◆ Records provided
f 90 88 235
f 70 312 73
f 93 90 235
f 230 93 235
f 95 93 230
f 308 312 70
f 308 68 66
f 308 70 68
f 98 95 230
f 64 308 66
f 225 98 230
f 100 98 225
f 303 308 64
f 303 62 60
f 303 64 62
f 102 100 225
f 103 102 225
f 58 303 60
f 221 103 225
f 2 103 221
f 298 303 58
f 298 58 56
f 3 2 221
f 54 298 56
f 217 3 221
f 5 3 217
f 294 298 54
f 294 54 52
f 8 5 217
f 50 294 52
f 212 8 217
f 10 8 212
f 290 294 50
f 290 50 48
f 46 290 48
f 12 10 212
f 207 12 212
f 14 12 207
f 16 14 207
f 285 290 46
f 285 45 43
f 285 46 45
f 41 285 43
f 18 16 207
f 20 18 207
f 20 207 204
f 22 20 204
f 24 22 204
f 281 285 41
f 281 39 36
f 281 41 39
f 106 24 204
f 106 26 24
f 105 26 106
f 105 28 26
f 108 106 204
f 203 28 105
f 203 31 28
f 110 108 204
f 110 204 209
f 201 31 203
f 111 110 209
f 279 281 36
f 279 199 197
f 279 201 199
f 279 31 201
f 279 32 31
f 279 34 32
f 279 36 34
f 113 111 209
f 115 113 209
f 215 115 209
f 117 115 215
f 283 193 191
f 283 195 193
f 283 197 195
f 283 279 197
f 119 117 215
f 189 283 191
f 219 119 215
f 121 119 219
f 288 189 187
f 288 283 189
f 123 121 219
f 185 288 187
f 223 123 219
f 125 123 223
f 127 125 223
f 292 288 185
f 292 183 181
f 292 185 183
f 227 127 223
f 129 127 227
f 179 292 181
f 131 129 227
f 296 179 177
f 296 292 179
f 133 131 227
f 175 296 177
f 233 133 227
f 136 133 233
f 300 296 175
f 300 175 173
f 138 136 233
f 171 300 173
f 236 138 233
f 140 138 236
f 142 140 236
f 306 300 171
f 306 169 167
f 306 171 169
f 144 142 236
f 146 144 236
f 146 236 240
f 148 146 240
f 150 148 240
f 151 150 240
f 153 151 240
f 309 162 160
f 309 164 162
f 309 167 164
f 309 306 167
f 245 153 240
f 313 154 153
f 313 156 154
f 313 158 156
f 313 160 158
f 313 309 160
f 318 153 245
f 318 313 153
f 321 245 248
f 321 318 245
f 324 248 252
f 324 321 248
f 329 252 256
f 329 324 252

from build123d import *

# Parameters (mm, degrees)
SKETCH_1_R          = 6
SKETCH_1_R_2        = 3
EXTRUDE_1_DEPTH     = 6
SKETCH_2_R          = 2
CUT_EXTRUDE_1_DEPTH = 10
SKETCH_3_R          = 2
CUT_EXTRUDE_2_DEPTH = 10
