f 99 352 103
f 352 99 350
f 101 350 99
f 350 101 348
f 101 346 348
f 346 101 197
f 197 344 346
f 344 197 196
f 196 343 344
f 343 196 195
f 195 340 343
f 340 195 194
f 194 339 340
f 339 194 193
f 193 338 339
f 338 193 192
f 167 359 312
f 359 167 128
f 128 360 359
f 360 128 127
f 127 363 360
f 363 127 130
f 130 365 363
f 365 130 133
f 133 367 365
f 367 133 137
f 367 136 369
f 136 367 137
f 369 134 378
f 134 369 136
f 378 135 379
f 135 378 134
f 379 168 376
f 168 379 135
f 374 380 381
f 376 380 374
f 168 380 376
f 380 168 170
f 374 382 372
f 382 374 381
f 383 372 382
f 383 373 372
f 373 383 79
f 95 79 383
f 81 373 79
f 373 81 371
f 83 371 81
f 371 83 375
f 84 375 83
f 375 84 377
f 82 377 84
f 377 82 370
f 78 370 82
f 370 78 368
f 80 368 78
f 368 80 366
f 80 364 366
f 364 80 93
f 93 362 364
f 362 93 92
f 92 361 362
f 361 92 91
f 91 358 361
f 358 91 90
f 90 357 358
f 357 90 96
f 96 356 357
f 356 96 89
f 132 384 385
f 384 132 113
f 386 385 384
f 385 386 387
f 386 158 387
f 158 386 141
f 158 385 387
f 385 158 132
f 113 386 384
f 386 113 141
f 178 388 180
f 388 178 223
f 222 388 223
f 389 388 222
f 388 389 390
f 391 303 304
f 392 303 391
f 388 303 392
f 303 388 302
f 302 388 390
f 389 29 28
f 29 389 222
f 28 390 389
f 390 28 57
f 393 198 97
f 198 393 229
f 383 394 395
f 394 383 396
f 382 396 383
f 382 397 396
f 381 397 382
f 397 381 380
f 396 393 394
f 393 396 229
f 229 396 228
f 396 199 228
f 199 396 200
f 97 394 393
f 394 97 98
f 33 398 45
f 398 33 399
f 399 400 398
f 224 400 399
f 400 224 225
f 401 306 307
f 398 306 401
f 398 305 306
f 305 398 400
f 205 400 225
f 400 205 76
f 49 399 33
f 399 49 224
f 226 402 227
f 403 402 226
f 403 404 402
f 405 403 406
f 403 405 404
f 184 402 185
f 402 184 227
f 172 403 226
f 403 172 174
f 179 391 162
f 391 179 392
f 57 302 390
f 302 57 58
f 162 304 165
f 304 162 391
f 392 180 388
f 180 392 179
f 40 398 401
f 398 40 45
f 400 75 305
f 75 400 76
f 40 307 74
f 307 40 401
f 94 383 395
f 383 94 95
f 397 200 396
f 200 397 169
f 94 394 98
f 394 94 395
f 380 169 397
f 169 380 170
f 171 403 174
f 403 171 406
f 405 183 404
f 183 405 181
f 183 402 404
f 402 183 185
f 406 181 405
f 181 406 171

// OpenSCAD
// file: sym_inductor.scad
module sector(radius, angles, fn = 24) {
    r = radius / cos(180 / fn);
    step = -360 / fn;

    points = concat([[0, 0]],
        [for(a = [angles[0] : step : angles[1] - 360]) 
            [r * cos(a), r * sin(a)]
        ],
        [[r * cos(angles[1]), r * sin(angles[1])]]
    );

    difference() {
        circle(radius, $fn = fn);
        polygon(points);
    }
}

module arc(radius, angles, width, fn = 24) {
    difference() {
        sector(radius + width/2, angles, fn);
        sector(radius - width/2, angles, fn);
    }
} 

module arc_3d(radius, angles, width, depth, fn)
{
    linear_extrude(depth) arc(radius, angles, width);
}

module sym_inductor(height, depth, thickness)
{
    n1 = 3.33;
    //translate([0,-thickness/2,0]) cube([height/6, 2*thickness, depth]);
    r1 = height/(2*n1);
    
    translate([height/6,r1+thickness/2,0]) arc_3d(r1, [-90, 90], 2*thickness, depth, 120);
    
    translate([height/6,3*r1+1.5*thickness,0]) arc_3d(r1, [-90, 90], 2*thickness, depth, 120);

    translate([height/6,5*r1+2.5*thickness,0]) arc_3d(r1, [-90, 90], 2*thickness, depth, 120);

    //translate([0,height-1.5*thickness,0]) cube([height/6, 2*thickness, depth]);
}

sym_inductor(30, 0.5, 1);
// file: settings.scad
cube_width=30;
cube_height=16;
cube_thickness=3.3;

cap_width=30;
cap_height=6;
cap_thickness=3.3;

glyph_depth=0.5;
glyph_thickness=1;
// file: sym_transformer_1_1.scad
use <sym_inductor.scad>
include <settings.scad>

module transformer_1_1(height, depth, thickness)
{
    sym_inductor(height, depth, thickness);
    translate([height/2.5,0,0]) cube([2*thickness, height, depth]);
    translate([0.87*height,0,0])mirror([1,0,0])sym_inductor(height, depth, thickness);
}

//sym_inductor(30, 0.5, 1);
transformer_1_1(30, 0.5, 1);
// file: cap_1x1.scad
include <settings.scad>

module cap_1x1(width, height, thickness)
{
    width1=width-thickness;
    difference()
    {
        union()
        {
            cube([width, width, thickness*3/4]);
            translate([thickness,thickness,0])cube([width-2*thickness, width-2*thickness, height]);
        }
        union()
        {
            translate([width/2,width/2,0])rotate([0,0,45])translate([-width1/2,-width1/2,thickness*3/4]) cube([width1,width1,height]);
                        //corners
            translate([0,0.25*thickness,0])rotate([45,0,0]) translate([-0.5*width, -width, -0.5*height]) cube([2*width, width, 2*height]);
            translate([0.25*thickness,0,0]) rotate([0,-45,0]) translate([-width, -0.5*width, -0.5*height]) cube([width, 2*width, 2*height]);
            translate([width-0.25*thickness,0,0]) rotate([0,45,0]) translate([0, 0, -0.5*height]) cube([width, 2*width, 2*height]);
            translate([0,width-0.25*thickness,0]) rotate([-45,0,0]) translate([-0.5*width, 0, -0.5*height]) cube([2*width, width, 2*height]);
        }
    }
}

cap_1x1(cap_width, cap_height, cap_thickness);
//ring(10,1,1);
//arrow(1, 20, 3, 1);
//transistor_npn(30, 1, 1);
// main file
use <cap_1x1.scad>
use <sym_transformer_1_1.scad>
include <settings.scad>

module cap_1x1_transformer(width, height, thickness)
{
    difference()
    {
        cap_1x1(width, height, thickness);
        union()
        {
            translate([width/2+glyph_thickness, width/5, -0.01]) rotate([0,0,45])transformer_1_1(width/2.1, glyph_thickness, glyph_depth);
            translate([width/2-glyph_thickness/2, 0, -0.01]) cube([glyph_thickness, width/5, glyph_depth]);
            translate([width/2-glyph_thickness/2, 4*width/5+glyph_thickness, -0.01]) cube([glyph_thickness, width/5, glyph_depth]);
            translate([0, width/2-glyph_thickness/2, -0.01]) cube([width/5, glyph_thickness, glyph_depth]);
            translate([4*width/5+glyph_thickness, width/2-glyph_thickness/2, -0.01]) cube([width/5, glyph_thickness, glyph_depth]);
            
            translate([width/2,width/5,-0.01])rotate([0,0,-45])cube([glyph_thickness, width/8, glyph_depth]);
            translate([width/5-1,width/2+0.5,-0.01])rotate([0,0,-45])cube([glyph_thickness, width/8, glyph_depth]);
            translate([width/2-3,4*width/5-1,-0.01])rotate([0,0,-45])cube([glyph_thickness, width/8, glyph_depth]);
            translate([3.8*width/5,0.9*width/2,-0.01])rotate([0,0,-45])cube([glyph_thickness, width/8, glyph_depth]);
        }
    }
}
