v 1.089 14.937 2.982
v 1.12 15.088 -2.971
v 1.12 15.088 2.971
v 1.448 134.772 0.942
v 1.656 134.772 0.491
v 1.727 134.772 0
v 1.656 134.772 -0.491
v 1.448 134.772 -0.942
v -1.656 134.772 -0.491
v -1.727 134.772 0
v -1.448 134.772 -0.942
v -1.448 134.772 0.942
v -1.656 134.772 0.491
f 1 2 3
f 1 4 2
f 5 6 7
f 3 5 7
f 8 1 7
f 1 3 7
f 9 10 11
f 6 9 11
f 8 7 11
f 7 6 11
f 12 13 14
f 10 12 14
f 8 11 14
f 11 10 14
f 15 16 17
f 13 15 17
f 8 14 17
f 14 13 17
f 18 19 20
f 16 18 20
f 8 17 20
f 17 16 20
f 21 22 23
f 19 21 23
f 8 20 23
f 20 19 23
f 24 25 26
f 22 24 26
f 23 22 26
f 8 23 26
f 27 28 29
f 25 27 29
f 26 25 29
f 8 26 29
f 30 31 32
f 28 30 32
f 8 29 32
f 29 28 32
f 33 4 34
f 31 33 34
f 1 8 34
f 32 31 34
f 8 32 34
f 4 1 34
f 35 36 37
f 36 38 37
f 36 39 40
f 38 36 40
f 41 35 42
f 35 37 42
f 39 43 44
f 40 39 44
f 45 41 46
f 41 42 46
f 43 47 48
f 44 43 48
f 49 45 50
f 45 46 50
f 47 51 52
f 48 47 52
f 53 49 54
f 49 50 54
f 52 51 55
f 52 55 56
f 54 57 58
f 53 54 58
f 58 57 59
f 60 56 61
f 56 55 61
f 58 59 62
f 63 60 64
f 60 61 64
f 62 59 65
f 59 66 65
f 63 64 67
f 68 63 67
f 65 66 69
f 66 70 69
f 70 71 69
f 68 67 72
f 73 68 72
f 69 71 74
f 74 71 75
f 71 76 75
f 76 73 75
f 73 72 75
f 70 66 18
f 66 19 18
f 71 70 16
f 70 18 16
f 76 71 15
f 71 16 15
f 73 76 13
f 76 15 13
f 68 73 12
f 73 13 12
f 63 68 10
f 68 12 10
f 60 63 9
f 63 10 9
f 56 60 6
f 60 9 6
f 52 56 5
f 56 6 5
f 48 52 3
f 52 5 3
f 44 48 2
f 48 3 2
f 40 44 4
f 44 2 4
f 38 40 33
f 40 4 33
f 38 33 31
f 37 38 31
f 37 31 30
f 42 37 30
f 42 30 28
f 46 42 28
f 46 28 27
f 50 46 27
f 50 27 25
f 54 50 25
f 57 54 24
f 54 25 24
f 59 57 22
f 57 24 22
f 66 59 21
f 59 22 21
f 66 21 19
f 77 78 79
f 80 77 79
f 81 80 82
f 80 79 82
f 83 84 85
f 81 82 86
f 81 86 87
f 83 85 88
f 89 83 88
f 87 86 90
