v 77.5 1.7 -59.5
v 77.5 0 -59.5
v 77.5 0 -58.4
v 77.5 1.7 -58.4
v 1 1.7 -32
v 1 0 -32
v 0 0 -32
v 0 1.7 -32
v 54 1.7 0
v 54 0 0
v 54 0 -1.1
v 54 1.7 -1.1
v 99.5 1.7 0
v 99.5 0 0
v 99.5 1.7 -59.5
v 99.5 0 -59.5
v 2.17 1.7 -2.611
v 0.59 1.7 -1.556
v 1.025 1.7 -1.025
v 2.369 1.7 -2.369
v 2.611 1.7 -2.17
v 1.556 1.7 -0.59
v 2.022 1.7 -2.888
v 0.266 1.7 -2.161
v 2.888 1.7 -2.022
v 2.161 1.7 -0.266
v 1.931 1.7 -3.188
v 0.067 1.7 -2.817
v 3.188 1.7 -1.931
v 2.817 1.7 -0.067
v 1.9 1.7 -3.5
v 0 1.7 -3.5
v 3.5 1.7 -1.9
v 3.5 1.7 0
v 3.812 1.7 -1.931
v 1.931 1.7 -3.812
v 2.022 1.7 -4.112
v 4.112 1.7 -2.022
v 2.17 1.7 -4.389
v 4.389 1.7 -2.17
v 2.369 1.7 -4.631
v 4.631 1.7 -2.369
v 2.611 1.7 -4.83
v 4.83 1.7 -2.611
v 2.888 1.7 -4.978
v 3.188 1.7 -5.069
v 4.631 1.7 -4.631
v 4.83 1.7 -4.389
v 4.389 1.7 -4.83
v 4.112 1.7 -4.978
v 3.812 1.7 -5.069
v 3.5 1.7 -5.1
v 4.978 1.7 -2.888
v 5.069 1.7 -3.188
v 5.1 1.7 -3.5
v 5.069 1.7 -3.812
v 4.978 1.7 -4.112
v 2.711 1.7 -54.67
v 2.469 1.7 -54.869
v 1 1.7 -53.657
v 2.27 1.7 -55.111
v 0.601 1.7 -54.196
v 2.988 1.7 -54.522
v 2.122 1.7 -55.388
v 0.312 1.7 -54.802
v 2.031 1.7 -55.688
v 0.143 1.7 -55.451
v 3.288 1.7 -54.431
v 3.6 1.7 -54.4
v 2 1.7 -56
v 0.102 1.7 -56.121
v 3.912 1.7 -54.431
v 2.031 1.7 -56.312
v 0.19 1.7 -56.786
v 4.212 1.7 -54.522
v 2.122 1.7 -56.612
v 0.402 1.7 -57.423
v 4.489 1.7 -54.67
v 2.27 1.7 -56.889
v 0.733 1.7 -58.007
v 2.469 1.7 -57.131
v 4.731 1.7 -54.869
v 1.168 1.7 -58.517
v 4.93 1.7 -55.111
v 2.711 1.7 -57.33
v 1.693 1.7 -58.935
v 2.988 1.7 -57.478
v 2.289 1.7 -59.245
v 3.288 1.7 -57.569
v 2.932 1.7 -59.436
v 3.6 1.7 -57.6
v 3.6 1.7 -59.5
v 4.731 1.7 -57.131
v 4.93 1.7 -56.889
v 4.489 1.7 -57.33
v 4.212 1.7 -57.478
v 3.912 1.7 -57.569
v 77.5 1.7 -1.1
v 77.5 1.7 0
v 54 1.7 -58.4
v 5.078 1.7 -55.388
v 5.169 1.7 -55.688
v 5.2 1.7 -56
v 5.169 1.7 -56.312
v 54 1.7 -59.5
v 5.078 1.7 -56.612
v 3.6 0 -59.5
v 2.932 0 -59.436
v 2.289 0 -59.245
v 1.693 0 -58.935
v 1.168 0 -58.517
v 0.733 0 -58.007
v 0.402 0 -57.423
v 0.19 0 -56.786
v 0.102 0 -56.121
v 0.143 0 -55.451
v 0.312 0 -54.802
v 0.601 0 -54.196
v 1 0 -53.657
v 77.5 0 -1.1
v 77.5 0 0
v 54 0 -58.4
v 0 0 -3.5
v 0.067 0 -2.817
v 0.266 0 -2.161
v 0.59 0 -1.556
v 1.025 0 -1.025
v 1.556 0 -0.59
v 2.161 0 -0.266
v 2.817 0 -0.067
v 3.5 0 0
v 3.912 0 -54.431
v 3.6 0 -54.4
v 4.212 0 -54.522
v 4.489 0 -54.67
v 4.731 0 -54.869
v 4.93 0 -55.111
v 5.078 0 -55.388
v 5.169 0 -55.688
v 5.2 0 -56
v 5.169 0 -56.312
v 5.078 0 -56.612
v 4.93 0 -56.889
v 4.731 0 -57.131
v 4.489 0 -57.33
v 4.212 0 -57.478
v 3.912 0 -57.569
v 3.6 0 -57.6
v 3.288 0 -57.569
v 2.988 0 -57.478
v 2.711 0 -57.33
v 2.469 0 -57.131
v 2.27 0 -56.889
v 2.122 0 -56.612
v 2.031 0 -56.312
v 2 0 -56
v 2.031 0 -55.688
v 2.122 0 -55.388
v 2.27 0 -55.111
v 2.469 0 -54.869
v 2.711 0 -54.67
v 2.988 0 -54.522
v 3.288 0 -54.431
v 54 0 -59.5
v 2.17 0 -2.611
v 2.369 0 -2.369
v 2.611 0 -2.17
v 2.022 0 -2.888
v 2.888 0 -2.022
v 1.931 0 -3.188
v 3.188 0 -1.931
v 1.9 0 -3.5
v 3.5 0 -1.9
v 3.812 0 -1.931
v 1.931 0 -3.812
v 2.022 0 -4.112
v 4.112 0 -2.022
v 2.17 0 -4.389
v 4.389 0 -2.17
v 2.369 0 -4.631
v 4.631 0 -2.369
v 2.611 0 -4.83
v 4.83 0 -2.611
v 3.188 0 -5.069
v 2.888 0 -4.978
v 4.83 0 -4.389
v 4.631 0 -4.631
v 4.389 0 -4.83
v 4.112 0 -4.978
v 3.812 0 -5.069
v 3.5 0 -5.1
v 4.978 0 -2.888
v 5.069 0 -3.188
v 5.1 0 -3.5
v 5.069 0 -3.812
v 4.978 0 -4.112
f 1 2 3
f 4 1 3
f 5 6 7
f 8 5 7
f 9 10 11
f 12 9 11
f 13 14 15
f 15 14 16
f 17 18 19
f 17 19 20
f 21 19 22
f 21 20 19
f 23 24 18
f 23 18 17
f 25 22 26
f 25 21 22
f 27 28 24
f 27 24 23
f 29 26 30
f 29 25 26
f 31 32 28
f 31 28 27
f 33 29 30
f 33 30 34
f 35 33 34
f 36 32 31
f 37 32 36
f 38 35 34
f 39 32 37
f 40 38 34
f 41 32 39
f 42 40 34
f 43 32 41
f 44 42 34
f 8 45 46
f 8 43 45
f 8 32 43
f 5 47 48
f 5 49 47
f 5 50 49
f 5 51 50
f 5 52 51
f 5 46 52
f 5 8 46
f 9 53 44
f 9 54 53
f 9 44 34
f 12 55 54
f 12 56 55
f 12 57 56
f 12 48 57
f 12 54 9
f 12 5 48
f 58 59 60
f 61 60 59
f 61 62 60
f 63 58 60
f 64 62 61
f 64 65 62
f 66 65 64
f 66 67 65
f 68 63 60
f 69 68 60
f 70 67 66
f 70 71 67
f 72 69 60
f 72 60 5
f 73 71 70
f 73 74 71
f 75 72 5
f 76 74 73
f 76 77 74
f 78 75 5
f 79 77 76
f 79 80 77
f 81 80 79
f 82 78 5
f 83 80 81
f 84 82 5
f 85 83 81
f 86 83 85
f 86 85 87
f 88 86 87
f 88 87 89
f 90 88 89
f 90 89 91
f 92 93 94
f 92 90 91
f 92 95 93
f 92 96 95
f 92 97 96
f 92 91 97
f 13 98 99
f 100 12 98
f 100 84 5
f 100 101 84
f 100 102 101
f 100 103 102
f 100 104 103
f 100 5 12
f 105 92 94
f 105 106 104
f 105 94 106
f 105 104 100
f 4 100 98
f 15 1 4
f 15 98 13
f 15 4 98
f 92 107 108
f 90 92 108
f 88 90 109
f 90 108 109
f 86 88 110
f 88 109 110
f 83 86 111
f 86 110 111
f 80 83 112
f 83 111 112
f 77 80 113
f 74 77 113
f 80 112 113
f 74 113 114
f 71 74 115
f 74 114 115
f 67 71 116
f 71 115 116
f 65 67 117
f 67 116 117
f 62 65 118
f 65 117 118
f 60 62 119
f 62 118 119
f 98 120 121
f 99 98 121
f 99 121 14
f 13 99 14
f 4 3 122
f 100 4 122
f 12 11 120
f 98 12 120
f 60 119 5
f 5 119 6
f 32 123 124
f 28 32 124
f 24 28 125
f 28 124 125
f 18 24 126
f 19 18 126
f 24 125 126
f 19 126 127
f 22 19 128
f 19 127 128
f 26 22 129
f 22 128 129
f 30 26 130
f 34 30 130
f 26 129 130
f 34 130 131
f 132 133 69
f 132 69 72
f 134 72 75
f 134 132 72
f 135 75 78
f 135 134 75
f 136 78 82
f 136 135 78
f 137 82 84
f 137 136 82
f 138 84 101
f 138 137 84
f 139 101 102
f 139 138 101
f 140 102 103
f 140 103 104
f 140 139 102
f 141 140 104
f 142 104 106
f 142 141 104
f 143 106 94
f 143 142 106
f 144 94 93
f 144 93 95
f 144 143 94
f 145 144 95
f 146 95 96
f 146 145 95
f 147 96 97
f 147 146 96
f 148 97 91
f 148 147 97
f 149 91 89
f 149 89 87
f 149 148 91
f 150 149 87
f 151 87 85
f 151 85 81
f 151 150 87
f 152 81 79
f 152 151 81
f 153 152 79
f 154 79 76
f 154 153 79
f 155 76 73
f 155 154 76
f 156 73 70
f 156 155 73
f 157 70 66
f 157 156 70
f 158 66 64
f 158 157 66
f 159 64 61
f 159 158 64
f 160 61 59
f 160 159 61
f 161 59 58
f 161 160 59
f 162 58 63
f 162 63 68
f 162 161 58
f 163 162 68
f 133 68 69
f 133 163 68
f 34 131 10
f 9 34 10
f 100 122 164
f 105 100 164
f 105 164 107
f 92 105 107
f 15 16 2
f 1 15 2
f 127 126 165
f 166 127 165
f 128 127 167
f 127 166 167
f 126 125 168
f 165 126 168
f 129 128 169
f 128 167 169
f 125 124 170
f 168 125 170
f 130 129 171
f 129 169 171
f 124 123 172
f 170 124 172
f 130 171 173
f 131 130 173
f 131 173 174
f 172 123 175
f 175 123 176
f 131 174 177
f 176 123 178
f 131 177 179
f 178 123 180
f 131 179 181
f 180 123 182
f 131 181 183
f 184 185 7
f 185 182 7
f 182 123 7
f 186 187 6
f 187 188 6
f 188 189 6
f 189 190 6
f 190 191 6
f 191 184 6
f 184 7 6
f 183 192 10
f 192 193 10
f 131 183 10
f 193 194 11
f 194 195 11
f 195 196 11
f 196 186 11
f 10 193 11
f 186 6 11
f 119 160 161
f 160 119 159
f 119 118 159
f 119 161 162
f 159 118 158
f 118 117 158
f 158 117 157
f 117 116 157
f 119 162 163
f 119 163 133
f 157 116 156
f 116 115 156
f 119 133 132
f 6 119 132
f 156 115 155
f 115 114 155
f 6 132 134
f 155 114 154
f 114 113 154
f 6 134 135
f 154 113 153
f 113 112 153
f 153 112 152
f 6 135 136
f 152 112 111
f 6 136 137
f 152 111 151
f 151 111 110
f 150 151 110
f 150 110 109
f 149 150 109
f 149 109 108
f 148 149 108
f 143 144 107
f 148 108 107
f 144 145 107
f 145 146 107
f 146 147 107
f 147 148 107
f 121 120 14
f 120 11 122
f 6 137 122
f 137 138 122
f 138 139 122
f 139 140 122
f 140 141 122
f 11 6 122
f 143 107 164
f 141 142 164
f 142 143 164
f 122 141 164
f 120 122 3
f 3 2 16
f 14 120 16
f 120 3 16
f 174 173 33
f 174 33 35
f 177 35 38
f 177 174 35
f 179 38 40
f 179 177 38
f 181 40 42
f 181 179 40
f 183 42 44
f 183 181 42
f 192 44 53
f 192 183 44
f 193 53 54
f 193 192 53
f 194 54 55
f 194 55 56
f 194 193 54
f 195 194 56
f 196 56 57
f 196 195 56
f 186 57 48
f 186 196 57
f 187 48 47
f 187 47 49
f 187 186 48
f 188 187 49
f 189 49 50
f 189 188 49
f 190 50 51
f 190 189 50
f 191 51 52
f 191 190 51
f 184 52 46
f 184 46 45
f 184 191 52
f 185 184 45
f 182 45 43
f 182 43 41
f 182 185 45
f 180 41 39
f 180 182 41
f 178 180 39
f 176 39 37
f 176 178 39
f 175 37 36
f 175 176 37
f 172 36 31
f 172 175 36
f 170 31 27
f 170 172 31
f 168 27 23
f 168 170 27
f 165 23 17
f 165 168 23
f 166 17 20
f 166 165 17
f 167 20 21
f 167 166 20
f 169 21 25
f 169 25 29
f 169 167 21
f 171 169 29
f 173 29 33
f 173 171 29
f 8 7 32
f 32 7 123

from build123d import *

# Parameters (mm, degrees)
SKETCH1_R           = 1.6
BOSS_EXTRUDE1_DEPTH = 1.7


with BuildPart() as part:
    # Sketch1 → Boss-Extrude1 (new body)
    with BuildSketch(Plane(origin=(0, 0, 0), x_dir=(1, 0, 0), z_dir=(0, 1, 0))):
        with BuildLine():
            ThreePointArc((0, 3.5), (1.025126266, 1.025126266), (3.5, 0))
            Line((3.5, 0), (54, 0))
            Line((54, 0), (54, 1.1))
            Line((54, 1.1), (77.5, 1.1))
            Line((77.5, 1.1), (77.5, 0))
            Line((77.5, 0), (99.5, 0))
            Line((99.5, 0), (99.5, 59.5))
            Line((99.5, 59.5), (77.5, 59.5))
            Line((77.5, 59.5), (77.5, 58.4))
            Line((77.5, 58.4), (54, 58.4))
            Line((54, 58.4), (54, 59.5))
            Line((54, 59.5), (3.6, 59.5))
            ThreePointArc((3.6, 59.5), (0.402285022, 57.422891043), (1, 53.656925097))
            Line((1, 53.656925097), (1, 32))
            Line((1, 32), (0, 32))
            Line((0, 32), (0, 3.5))
        make_face()
        with Locations(Location((3.5, 3.5, 0), (0, 0, 270))):
            Circle(SKETCH1_R, mode=Mode.SUBTRACT)
        with Locations(Location((3.6, 56, 0), (0, 0, 270))):
            Circle(SKETCH1_R, mode=Mode.SUBTRACT)
    extrude(amount=BOSS_EXTRUDE1_DEPTH)


solid = part.part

◆ Task statement
Go line by line through the records and copy those that contain the word "file".

◆ Problem solution
// file: sym_inductor.scad
// file: settings.scad
// file: sym_transformer_1_1.scad
// file: cap_1x1.scad
// main file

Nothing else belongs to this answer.